Like every commit has a reason and purpose, I think each deploy has a purpose and reason. Source code commits have a comment. But deploying doesn't have any.
How do I record a reason and purpose for each deploy automatically?
I need to keep a record of:
Who deployed to where and what time.
Why deployed? Bug fixes? Feature update? Emergency fix not on iteration plan?
Which git or svn ref was used?
Have anybody felt the need for this kind of system? How do you feel about my approach?
How can I achieve my goal? I'm currently using Capistrano for deployment.
A bounty added. I'd like to hear more stories from different developers who are doing "continuous deployment".
I found two services that do deploy tracking:
Codebase
Hoptoad
Webistrano - https://github.com/peritor/webistrano/wiki - is a web interface to capistrano, that also tracks who's deployed what and when, so that could be worth investigating.
My current project uses a modified version of the apinsein's git-deployment recipe, which (when you tell cap to do a deploy) will tag current HEAD with a Git tag (which gives you all the benefits of normal Git commits).
I've built a web service for this exact problem, http://deploytracking.com, it hooks into capistrano and records the time, user, branch, ref, environment and repo that was involved in the deployment.
Strano - The Github backed Capistrano deployment management UI.

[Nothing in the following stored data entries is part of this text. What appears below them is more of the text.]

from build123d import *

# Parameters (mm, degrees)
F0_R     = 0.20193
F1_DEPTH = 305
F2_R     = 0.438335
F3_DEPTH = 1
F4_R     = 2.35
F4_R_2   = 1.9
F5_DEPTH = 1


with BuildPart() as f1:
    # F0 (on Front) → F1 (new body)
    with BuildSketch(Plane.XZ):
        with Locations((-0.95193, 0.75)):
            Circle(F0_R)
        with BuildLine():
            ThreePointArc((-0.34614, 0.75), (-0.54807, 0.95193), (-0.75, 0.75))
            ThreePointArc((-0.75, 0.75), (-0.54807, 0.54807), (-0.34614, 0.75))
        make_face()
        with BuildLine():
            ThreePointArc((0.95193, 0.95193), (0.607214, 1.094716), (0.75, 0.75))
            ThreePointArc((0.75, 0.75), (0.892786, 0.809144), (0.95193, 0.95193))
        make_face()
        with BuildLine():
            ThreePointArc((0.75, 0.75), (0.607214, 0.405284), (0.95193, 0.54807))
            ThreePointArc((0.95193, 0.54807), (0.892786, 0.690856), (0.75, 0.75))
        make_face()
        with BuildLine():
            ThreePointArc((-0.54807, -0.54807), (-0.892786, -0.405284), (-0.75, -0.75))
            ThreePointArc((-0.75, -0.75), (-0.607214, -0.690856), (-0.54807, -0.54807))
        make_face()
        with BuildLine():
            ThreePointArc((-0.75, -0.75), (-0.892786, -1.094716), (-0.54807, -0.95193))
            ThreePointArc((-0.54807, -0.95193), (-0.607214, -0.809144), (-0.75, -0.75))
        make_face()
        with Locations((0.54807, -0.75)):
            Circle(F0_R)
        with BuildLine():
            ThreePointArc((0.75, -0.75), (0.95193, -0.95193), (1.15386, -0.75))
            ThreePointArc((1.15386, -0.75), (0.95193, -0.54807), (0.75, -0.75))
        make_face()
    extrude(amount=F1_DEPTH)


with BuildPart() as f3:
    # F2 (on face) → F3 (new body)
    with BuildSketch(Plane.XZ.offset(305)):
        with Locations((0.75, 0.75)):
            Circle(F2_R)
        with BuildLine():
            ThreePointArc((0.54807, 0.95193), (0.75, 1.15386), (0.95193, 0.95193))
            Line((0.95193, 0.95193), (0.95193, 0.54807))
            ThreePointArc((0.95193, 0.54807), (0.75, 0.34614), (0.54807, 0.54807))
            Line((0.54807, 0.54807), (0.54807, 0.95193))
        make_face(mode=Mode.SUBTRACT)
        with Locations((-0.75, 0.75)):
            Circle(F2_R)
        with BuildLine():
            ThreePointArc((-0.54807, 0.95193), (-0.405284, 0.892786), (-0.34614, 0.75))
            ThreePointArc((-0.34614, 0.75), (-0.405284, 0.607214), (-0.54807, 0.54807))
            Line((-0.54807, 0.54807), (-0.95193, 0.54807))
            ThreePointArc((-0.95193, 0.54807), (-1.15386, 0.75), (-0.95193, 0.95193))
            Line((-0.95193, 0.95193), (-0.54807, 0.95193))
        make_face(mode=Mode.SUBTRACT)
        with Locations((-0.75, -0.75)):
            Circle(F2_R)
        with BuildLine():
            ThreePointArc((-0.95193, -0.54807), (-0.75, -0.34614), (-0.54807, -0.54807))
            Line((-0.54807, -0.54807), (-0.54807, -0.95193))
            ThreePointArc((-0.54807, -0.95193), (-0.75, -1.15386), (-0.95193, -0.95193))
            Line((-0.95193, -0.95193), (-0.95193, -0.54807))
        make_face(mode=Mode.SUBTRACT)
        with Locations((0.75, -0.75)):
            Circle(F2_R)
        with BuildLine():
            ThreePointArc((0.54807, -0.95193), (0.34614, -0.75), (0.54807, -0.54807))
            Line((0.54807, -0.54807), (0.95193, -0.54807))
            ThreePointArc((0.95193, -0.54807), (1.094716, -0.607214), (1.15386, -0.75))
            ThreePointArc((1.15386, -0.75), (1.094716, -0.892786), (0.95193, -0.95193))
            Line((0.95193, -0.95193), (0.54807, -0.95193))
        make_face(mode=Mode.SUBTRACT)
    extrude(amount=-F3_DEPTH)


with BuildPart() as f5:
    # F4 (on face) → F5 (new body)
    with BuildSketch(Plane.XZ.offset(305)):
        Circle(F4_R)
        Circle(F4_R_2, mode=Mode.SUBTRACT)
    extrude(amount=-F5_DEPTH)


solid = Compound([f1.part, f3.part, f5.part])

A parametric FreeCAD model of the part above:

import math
import FreeCAD as App
import Part
import Sketcher

doc = App.newDocument("Part")
body = doc.addObject("PartDesign::Body", "Body")
body.AllowCompound = True

# Sketch on XZ plane
sketch1 = body.newObject("Sketcher::SketchObject", "Sketch")
sketch1.AttachmentSupport = (doc.getObject("XZ_Plane"), [""])
sketch1.MapMode = "FlatFace"
sketch1.addGeometry(Part.Circle(App.Vector(-0.95, 0.75, 0), App.Vector(0, 0, 1), 0.2), False)
sketch1.addGeometry(Part.Circle(App.Vector(-0.55, 0.75, 0), App.Vector(0, 0, 1), 0.2), False)
sketch1.addGeometry(Part.ArcOfCircle(Part.Circle(App.Vector(0.75, 0.95, 0), App.Vector(0, 0, 1), 0.2), math.radians(0), math.radians(270)), False)
sketch1.addGeometry(Part.ArcOfCircle(Part.Circle(App.Vector(0.75, 0.95, 0), App.Vector(0, 0, 1), 0.2), math.radians(-90), math.radians(0)), False)
sketch1.addGeometry(Part.ArcOfCircle(Part.Circle(App.Vector(0.75, 0.55, 0), App.Vector(0, 0, 1), 0.2), math.radians(90), math.radians(360)), False)
sketch1.addGeometry(Part.ArcOfCircle(Part.Circle(App.Vector(0.75, 0.55, 0), App.Vector(0, 0, 1), 0.2), math.radians(0), math.radians(90)), False)
sketch1.addGeometry(Part.ArcOfCircle(Part.Circle(App.Vector(-0.75, -0.55, 0), App.Vector(0, 0, 1), 0.2), math.radians(0), math.radians(270)), False)
sketch1.addGeometry(Part.ArcOfCircle(Part.Circle(App.Vector(-0.75, -0.55, 0), App.Vector(0, 0, 1), 0.2), math.radians(-90), math.radians(0)), False)
sketch1.addGeometry(Part.ArcOfCircle(Part.Circle(App.Vector(-0.75, -0.95, 0), App.Vector(0, 0, 1), 0.2), math.radians(90), math.radians(360)), False)
sketch1.addGeometry(Part.ArcOfCircle(Part.Circle(App.Vector(-0.75, -0.95, 0), App.Vector(0, 0, 1), 0.2), math.radians(0), math.radians(90)), False)
sketch1.addGeometry(Part.Circle(App.Vector(0.55, -0.75, 0), App.Vector(0, 0, 1), 0.2), False)
sketch1.addGeometry(Part.Circle(App.Vector(0.95, -0.75, 0), App.Vector(0, 0, 1), 0.2), False)
sketch1.addConstraint(Sketcher.Constraint("Tangent", 2, 1, 3, 2))
sketch1.addConstraint(Sketcher.Constraint("Coincident", 3, 1, 2, 2))
sketch1.addConstraint(Sketcher.Constraint("Tangent", 4, 1, 5, 2))
sketch1.addConstraint(Sketcher.Constraint("Coincident", 5, 1, 4, 2))
sketch1.addConstraint(Sketcher.Constraint("Tangent", 6, 1, 7, 2))
sketch1.addConstraint(Sketcher.Constraint("Coincident", 7, 1, 6, 2))
sketch1.addConstraint(Sketcher.Constraint("Tangent", 8, 1, 9, 2))
sketch1.addConstraint(Sketcher.Constraint("Coincident", 9, 1, 8, 2))
sketch1.addConstraint(Sketcher.Constraint("Coincident", 4, 1, 3, 1))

Regarding continuous deployment, I also submitted pull request there, which Introduce automatic deployments for GitHub projects, for now it simply triggers deploy task when somebody push to the master branch.
I don't know if it is still relevant but I would like to come up with a different solution. I am building a new deployment tool that does just what you are looking for.

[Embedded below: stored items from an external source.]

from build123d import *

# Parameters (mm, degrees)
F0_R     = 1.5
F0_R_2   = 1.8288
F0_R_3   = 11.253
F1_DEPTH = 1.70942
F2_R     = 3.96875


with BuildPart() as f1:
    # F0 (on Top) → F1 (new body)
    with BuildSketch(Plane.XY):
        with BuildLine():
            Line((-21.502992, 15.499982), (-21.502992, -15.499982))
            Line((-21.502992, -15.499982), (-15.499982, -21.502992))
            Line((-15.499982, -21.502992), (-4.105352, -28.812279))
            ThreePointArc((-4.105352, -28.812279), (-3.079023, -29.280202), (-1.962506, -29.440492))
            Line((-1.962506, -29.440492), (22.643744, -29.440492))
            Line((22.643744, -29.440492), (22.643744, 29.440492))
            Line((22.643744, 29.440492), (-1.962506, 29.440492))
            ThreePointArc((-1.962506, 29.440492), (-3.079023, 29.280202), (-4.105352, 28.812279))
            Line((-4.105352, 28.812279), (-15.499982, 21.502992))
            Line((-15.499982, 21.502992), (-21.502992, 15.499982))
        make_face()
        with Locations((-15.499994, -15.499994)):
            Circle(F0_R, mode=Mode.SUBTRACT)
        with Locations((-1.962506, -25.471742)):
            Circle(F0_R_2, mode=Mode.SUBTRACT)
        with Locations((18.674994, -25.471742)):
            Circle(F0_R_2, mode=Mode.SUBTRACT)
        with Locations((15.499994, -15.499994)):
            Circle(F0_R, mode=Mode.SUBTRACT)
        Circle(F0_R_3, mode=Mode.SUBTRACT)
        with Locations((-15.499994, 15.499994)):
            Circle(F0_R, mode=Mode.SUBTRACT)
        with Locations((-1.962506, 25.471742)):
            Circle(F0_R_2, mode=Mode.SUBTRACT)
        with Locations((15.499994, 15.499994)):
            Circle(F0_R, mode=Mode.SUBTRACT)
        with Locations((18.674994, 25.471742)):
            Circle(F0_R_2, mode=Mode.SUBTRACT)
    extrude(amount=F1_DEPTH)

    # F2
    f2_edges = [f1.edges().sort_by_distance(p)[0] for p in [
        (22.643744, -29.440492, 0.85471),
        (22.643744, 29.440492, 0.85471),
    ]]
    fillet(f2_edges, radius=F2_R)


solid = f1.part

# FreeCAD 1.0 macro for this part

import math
import FreeCAD as App
import Part
import Sketcher
Q = App.Units.Quantity


def edges_at(feature, points):
    """Names of the edges that pass closest to the given points."""
    edges = feature.Shape.Edges
    near = lambda p: min(range(len(edges)), key=lambda i: edges[i].distToShape(Part.Vertex(*p))[0])
    return sorted({f"Edge{near(p) + 1}" for p in points})

doc = App.newDocument("Part")
params = doc.addObject("Spreadsheet::Sheet", "Params")
for row, (alias, value) in enumerate([
    ("sketch1_diameter", "0.144 in"),
    ("sketch1_diameter2", "0.144 in"),
    ("sketch1_diameter3", "0.144 in"),
    ("sketch1_diameter4", "0.144 in"),
    ("sketch1_radius", "0.1562498 in"),
    ("pad1_length", "0.0673 in"),
    ("fillet_radius", "0.15625 in"),
], start=1):
    params.set(f"A{row}", alias)
    params.set(f"B{row}", "=" + value)
    params.setAlias(f"B{row}", alias)

body = doc.addObject("PartDesign::Body", "Body")

sketch1 = doc.addObject("Sketcher::SketchObject", "Sketch")
body.addObject(sketch1)
sketch1.AttachmentSupport = (doc.XY_Plane, [""])
sketch1.MapMode = "FlatFace"
sketch1.addGeometry([
    Part.LineSegment(App.Vector(-21.502992, 15.499982, 0), App.Vector(-21.502992, -15.499982, 0)),
    Part.LineSegment(App.Vector(-21.502992, -15.499982, 0), App.Vector(-15.499982, -21.502992, 0)),
    Part.LineSegment(App.Vector(-15.499982, -21.502992, 0), App.Vector(-4.105352, -28.812279, 0)),
    Part.ArcOfCircle(Part.Circle(App.Vector(-1.962507, -25.471746, 0), App.Vector(0, 0, 1), 3.968746), math.radians(-122.67887), math.radians(-89.999984)),
    Part.LineSegment(App.Vector(-1.962506, -29.440492, 0), App.Vector(22.643744, -29.440492, 0)),
    Part.LineSegment(App.Vector(22.643744, -29.440492, 0), App.Vector(22.643744, 29.440492, 0)),
    Part.LineSegment(App.Vector(22.643744, 29.440492, 0), App.Vector(-1.962506, 29.440492, 0)),
    Part.ArcOfCircle(Part.Circle(App.Vector(-1.962507, 25.471746, 0), App.Vector(0, 0, 1), 3.968746), math.radians(89.999984), math.radians(122.67887)),
    Part.LineSegment(App.Vector(-4.105352, 28.812279, 0), App.Vector(-15.499982, 21.502992, 0)),
    Part.LineSegment(App.Vector(-15.499982, 21.502992, 0), App.Vector(-21.502992, 15.499982, 0)),
    Part.Circle(App.Vector(-15.499994, -15.499994, 0), App.Vector(0, 0, 1), 1.5),
    Part.Circle(App.Vector(-1.962506, -25.471742, 0), App.Vector(0, 0, 1), 1.8288),
    Part.Circle(App.Vector(0, 0, 0), App.Vector(0, 0, 1), 11.253),
    Part.Circle(App.Vector(18.674994, -25.471742, 0), App.Vector(0, 0, 1), 1.8288),
    Part.Circle(App.Vector(15.499994, -15.499994, 0), App.Vector(0, 0, 1), 1.5),
    Part.Circle(App.Vector(-15.499994, 15.499994, 0), App.Vector(0, 0, 1), 1.5),
    Part.Circle(App.Vector(-1.962506, 25.471742, 0), App.Vector(0, 0, 1), 1.8288),
    Part.Circle(App.Vector(15.499994, 15.499994, 0), App.Vector(0, 0, 1), 1.5),
    Part.Circle(App.Vector(18.674994, 25.471742, 0), App.Vector(0, 0, 1), 1.8288),
], False)
sketch1.addConstraint([
    Sketcher.Constraint("Coincident", 0, 2, 1, 1),
    Sketcher.Constraint("Coincident", 1, 2, 2, 1),
    Sketcher.Constraint("Coincident", 2, 2, 3, 1),
    Sketcher.Constraint("Coincident", 3, 2, 4, 1),
    Sketcher.Constraint("Coincident", 4, 2, 5, 1),
    Sketcher.Constraint("Coincident", 5, 2, 6, 1),
    Sketcher.Constraint("Coincident", 6, 2, 7, 1),
    Sketcher.Constraint("Coincident", 7, 2, 8, 1),
    Sketcher.Constraint("Coincident", 8, 2, 9, 1),
    Sketcher.Constraint("Coincident", 9, 2, 0, 1),
    Sketcher.Constraint("Vertical", 0),
    Sketcher.Constraint("Horizontal", 4),
    Sketcher.Constraint("Vertical", 5),
    Sketcher.Constraint("Horizontal", 6),
    Sketcher.Constraint("Coincident", 12, 3, -1, 1),
    Sketcher.Constraint("Coincident", 11, 3, 3, 3),
    Sketcher.Constraint("Coincident", 16, 3, 7, 3),
    Sketcher.Constraint("Diameter", 11, Q("0.144 in")),
    Sketcher.Constraint("Diameter", 13, Q("0.144 in")),
    Sketcher.Constraint("Diameter", 16, Q("0.144 in")),
    Sketcher.Constraint("Diameter", 18, Q("0.144 in")),
    Sketcher.Constraint("Radius", 3, Q("0.1562498 in")),
    Sketcher.Constraint("Radius", 7, Q("0.1562498 in")),
    Sketcher.Constraint("Diameter", 10, Q("3 mm")),
    Sketcher.Constraint("Diameter", 12, Q("22.506 mm")),
    Sketcher.Constraint("Diameter", 14, Q("3 mm")),
    Sketcher.Constraint("Diameter", 15, Q("3 mm")),
    Sketcher.Constraint("Diameter", 17, Q("3 mm")),
    Sketcher.Constraint("DistanceX", 4, 1, 4, 2, Q("0.96875 in")),
    Sketcher.Constraint("DistanceX", 6, 2, 6, 1, Q("0.96875 in")),
    Sketcher.Constraint("DistanceX", 11, 3, 13, 3, Q("0.8125 in")),
    Sketcher.Constraint("DistanceX", 7, 3, 13, 3, Q("0.8125 in")),
    Sketcher.Constraint("DistanceX", 14, 3, 13, 3, Q("0.125 in")),
    Sketcher.Constraint("DistanceX", 16, 3, 17, 3, Q("0.6875 in")),
    Sketcher.Constraint("DistanceX", 17, 3, 18, 3, Q("0.125 in")),
    Sketcher.Constraint("DistanceY", 11, 3, 1, 2, Q("0.15625 in")),
    Sketcher.Constraint("DistanceX", 13, 3, 4, 2, Q("0.15625 in")),
    Sketcher.Constraint("DistanceY", 4, 2, 13, 3, Q("0.15625 in")),
    Sketcher.Constraint("DistanceY", 18, 3, 5, 2, Q("0.15625 in")),
    Sketcher.Constraint("DistanceY", 8, 2, 16, 3, Q("0.15625 in")),
    Sketcher.Constraint("Distance", 1, Q("8.489538 mm")),
    Sketcher.Constraint("Distance", 9, Q("8.489538 mm")),
    Sketcher.Constraint("DistanceY", 0, 2, 0, 1, Q("30.999964 mm")),
    Sketcher.Constraint("DistanceY", 5, 1, 5, 2, Q("58.880984 mm")),
    Sketcher.Constraint("DistanceY", 11, 3, -1, 1, Q("25.471742 mm")),
    Sketcher.Constraint("DistanceX", 0, 2, -1, 1, Q("21.502992 mm")),
    Sketcher.Constraint("DistanceY", 0, 2, -1, 1, Q("15.499982 mm")),
    Sketcher.Constraint("DistanceY", 2, 2, -1, 1, Q("28.812279 mm")),
    Sketcher.Constraint("DistanceX", 7, 2, -1, 1, Q("4.105352 mm")),
    Sketcher.Constraint("DistanceY", -1, 1, 7, 2, Q("28.812279 mm")),
    Sketcher.Constraint("DistanceY", 3, 3, 10, 3, Q("9.971752 mm")),
    Sketcher.Constraint("DistanceY", 3, 3, 14, 3, Q("9.971752 mm")),
    Sketcher.Constraint("DistanceY", 15, 3, 7, 3, Q("9.971752 mm")),
    Sketcher.Constraint("DistanceY", 17, 3, 7, 3, Q("9.971752 mm")),
    Sketcher.Constraint("DistanceX", 10, 3, 2, 2, Q("11.394642 mm")),
    Sketcher.Constraint("DistanceX", 15, 3, -1, 1, Q("15.499994 mm")),
])
sketch1.setExpression("Constraints[17]", "Params.sketch1_diameter")
sketch1.setExpression("Constraints[18]", "Params.sketch1_diameter2")
sketch1.setExpression("Constraints[19]", "Params.sketch1_diameter3")
sketch1.setExpression("Constraints[20]", "Params.sketch1_diameter4")
sketch1.setExpression("Constraints[21]", "Params.sketch1_radius")
pad1 = doc.addObject("PartDesign::Pad", "Pad")
body.addObject(pad1)
pad1.Profile = sketch1
pad1.setExpression("Length", "Params.pad1_length")
doc.recompute()

fillet = doc.addObject("PartDesign::Fillet", "Fillet")
body.addObject(fillet)
fillet.Base = (pad1, edges_at(pad1, [(22.644, -29.44, 0.855), (22.644, 29.44, 0.855)]))
fillet.setExpression("Radius", "Params.fillet_radius")

doc.recompute()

I do not intend to spam my stuff here but since I am building something that could help you...
Anyway, have a look here https://alessiosantocs.github.io/Captain. I'm gathering feedback so if you have any please let me know.
Update
As suggested, I'm giving an explanation :)
I have also felt this need. I work in a digital startup and we're constantly deploying stuff 5 days a week on different Ruby on Rails application with Capistrano.
What we noticed was that for every single deployment, we should have done several things:
Keep track of which pull requests and commits went online that exact moment
Give some sort of a name to the deploy so we could recognize it
Alert our team members so that everyone could have been on the same page (without asking us of deployment's news)
Keep track of every deployments for future bugs and errors we might find at some point in time (which happened often)
So for this reason we started developing this custom solution that would integrate with Capistrano and our SCM (bitbucket) and keep track of every change we made to our master branch. This is what it does right now.
We are currently tracking deployment environment, repo source, deployment branch and revision. Mainly we manage pull requests, because we found that pull requests, better than commits, did solve an organizational issue in our team (it was difficult to approve other team member's code without a rigid system like PRs)
I would like to explain more about Captain and about our personal dev management strategy with you guys if you want.
Thanks #thirumalaimurugan for asking for clarification!
Update 2
We tried git tagging too. It was good and fun at the beginning but we couldn't manage them very well.
A tag is basically a bookmark to a specific revision. So we're talking about commits. A tag keeps no track of pull requests. It was quite a mess for us.
I don't think they're bad at what you're trying to achieve, but I think there must be some other solutions that could fit exactly your (and our too) problem.